Sarah Smith
Most of us are not familiar with the Thwaites Glacier in Antarctica, but we will have to live with its impact on our environment, especially those of us who live in low-lying coastal areas.
The Florida-sized glacier, dubbed the “doomsday” glacier due to its massive size, is on the brink of sliding into the ocean due to newly discovered cracking on the ice shelf that is keeping it in place. Scientists say climate-induced rapid melting of the ice shelf could cause the shelf to collapse in as little as three to five years, and it has enough ice in it to raise sea levels by two feet. The ice sheet is currently acting as a roadblock, impeding the massive glacier from sliding into the sea. Once the ice sheet collapses, the glacier will flow into the ocean much more rapidly – speeding up sea level rise globally. We don’t know how rapidly the glacier itself will melt, but with sea level rise already impacting communities around the world, this acceleration is very bad news.
This is not an isolated impact of climate change in the polar regions. According to NOAA’s 2021 Arctic Report Card, the last 15 years have had the lowest recorded extent of sea ice. And glaciers around the world are being destabilized or simply melted by a warming climate.
Fortunately, we can take quick action now to stop the pollution that is causing much of the melting in the first place. How? By cutting methane emissions.
Methane is a harmful super pollutant that warms the planet more than 80 times more than carbon dioxide over its first 20 years in the atmosphere. It’s responsible for about half a degree of warming so far, and its levels are rising fast – the atmospheric growth rate in 2021 was the fastest in years. Due to its short-lived nature, however, there are significant short-term benefits to cutting methane emissions now. In fact, reducing methane pollution is the fastest way to slow global warming and avoid near-term and irreversible impacts such as collapsing glaciers.

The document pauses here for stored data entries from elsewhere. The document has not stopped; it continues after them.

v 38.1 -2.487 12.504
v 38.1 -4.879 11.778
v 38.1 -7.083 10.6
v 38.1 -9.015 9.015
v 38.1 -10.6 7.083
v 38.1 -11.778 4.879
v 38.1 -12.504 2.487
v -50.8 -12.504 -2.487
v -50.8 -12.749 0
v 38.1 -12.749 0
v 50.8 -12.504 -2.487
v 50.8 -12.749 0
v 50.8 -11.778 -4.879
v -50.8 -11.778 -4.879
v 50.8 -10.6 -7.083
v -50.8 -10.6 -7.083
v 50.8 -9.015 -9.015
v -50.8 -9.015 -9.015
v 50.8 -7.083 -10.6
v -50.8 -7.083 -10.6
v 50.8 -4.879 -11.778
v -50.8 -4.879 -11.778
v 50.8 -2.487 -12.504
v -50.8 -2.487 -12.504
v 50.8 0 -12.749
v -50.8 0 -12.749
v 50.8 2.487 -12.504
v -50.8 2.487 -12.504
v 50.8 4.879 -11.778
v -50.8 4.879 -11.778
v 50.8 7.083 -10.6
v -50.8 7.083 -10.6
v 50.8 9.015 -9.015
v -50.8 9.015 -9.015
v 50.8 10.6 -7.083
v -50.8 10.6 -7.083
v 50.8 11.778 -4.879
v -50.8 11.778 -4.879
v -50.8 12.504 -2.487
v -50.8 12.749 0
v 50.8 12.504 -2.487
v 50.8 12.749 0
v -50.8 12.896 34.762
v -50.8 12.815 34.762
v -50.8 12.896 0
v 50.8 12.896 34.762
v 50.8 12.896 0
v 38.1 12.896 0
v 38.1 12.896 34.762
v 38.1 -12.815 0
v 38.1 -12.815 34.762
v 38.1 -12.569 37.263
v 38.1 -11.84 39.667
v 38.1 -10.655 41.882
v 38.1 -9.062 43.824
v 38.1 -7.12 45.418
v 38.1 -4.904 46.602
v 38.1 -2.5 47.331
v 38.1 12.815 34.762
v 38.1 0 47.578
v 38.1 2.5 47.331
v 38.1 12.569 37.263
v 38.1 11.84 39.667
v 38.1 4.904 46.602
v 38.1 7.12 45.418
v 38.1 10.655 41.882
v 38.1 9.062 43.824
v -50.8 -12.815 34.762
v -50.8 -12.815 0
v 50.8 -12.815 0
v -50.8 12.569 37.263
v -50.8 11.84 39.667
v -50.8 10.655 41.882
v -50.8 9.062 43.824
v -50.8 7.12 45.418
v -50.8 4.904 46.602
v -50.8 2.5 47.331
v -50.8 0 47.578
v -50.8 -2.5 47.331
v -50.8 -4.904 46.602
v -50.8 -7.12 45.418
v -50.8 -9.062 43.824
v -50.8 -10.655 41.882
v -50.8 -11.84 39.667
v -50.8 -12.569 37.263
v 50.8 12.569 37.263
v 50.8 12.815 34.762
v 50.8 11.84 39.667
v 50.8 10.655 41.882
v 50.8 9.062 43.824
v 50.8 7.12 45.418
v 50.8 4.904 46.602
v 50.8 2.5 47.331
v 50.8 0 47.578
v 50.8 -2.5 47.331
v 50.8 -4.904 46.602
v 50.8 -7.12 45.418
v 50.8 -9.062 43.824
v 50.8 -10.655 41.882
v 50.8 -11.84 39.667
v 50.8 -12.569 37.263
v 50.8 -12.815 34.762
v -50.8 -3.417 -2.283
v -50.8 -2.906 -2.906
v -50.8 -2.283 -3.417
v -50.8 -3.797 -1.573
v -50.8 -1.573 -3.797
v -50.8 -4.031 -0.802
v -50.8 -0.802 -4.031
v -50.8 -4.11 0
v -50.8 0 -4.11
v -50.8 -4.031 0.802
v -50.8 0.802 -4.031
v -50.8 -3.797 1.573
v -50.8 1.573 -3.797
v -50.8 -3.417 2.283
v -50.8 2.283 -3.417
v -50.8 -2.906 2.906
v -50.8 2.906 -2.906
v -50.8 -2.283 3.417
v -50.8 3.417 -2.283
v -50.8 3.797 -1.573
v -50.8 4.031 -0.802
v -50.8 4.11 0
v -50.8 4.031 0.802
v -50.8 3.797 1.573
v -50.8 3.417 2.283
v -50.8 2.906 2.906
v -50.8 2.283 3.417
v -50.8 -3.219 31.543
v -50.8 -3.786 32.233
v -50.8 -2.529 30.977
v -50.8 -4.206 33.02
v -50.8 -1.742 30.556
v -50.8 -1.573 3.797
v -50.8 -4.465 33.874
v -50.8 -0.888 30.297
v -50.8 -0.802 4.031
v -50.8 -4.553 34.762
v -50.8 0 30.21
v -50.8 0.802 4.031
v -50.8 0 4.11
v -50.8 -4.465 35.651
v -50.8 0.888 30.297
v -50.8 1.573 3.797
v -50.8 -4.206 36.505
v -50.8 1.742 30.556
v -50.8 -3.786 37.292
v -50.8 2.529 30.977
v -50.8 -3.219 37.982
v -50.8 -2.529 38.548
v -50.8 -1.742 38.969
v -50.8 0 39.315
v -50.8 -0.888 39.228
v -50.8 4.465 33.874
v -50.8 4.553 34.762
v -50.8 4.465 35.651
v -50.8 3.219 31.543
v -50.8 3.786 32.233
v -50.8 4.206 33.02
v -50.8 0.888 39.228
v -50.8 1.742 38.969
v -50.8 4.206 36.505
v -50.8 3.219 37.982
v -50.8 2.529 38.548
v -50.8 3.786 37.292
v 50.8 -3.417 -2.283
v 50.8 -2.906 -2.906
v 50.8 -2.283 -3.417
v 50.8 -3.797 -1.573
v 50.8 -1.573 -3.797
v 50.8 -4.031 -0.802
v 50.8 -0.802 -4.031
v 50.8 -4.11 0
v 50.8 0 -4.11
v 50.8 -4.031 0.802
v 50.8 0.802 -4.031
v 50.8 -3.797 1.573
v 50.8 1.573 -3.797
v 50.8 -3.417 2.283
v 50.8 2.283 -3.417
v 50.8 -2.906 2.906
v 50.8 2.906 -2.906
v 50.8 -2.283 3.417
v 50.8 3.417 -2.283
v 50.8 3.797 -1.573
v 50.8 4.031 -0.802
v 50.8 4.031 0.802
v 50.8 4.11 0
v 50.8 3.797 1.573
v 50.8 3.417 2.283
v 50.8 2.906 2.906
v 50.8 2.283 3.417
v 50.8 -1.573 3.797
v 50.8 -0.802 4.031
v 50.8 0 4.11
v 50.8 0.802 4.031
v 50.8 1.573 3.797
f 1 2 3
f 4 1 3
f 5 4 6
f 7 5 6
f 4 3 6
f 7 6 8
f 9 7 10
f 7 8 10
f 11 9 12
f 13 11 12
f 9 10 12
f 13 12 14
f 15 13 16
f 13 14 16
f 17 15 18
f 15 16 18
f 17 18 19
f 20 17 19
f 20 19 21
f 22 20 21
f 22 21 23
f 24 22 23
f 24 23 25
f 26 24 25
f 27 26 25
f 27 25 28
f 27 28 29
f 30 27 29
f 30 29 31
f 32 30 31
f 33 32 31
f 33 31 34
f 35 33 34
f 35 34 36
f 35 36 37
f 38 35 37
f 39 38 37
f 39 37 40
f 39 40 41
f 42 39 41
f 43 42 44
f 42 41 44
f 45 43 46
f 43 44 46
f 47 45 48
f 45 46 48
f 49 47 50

Methane pollution comes from human activities in three broad sectors: fossil fuels, agriculture, and waste. And we have solutions available in all three. Affordable, currently available technologies could stop nearly half of these emissions this decade, enough to avoid 0.3 °C of warming by the 2040s.
In the case of fossil fuels, we can substantially reduce methane emissions by regularly inspecting oil and gas infrastructure for leaks and super-emitters, eliminating wasteful venting and flaring of gas, and updating outdated equipment at oil and gas facilities that emits methane by design. In the case of agriculture, we can curb emissions with better livestock and manure management practices throughout global meat and dairy production. Waste emissions, such as those from landfills, can be cut by requiring landfills to strictly control releases of methane-rich landfill gas, and by diverting food waste (the source of much of the methane) away from landfills.
Governments are beginning to put these solutions into place – both at the U.S. state and federal level, and around the world.
Just last month, air regulators in Colorado adopted a sweeping set of rules to slash methane pollution from oil and gas producers, which emit about 60% of the state’s methane emissions. It is a key part of the state’s greenhouse gas reduction roadmap, which calls for cutting the sector’s emissions by 30% by 2025 and 60% by 2030. To meet that 2030 goal, the industry must reduce its methane emissions by 140,000 tons a year. CATF has worked closely with local groups for many years to get these rules in place, and CATF experts were key witnesses in last month’s hearings.
U.S. national methane limits are also in the pipeline. In November, the U.S. Environmental Protection Agency announced its most protective standards yet to reduce methane emissions from the oil and gas sector, including from older legacy sites nationwide. The U.S. Department of Agriculture also unveiled a raft of abatement programs for farmers and meat producers, including loans and grants for manure digesters and other manure management improvements.
The programs are part of President Biden’s broader national strategy to reduce methane emissions by at least 30% by 2030. The U.S. is one of more than 100 countries that made such a commitment under the Global Methane Pledge, announced at COP26 in Glasgow. The EU, Canada, Germany, Brazil, Mexico, Saudi Arabia, and Nigeria have also signed on.
Clean Air Task Force is working to build on this momentum in several ways. We are working with more than a dozen countries participating in the Global Methane Pledge to turn ambition into action, helping them design regulations and other programs to change practices on the ground and reduce methane pollution. We’re also working to help scale up technical and policy support, as well as mitigation financing, in developing countries.
It is especially inspiring to see Nigeria, Africa’s most populous country and one of the world’s largest oil and gas producers, join this important global effort. CATF and Carbon Limits Nigeria have been working together with Nigeria’s government in recent years to pinpoint the country’s largest methane sources and develop strategies to reduce them.
Nigeria has already reduced natural gas flaring by roughly 70% since 2000 and last month it pledged — as part of its updated Nationally Determined Contribution (NDC) at COP26 — to slash overall methane emissions by 60% by 2031.
These efforts are critical first steps, but we need broader, more ambitious actions to achieve the necessary pace and scale of methane reductions.
Failing to do so will make calamitous climate tipping points such as the Thwaites glacier’s collapse increasingly likely.